■ **Task brief**: A line below contains "v -1.439 -1.598 4.5", and a later one contains "v 1.739 -1.264 4.5". Repeat both, with every line between them, exactly.
═══ Task data ═══
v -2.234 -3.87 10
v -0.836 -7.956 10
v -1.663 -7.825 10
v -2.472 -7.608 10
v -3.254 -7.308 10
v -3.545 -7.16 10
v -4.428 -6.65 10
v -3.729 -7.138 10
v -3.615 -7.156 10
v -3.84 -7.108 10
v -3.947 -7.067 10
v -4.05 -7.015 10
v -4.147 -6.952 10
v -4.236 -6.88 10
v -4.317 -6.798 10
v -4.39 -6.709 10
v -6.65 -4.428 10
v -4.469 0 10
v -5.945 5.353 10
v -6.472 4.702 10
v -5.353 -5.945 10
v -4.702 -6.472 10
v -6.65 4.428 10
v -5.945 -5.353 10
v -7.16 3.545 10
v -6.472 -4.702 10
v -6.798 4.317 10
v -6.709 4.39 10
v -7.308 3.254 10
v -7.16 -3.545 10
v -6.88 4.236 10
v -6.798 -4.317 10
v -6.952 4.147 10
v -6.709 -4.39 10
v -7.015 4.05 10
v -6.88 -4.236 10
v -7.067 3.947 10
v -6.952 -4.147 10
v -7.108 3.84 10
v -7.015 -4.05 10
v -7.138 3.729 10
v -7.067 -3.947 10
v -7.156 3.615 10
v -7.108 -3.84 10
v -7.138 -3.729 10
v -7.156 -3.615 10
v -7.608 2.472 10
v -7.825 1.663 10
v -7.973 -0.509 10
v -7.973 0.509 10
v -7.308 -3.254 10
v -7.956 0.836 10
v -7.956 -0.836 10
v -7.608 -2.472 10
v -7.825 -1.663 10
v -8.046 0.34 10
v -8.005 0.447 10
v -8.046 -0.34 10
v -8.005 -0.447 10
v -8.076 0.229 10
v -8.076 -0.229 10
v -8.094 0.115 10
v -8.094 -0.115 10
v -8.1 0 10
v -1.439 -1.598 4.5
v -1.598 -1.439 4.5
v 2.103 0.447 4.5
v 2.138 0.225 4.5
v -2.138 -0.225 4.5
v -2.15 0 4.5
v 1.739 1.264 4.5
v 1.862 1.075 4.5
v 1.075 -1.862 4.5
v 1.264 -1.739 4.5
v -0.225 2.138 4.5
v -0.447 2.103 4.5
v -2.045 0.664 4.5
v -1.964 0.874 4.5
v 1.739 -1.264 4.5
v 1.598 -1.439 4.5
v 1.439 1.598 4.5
═══
■ **Output of the exercise**:
v -1.439 -1.598 4.5
v -1.598 -1.439 4.5
v 2.103 0.447 4.5
v 2.138 0.225 4.5
v -2.138 -0.225 4.5
v -2.15 0 4.5
v 1.739 1.264 4.5
v 1.862 1.075 4.5
v 1.075 -1.862 4.5
v 1.264 -1.739 4.5
v -0.225 2.138 4.5
v -0.447 2.103 4.5
v -2.045 0.664 4.5
v -1.964 0.874 4.5
v 1.739 -1.264 4.5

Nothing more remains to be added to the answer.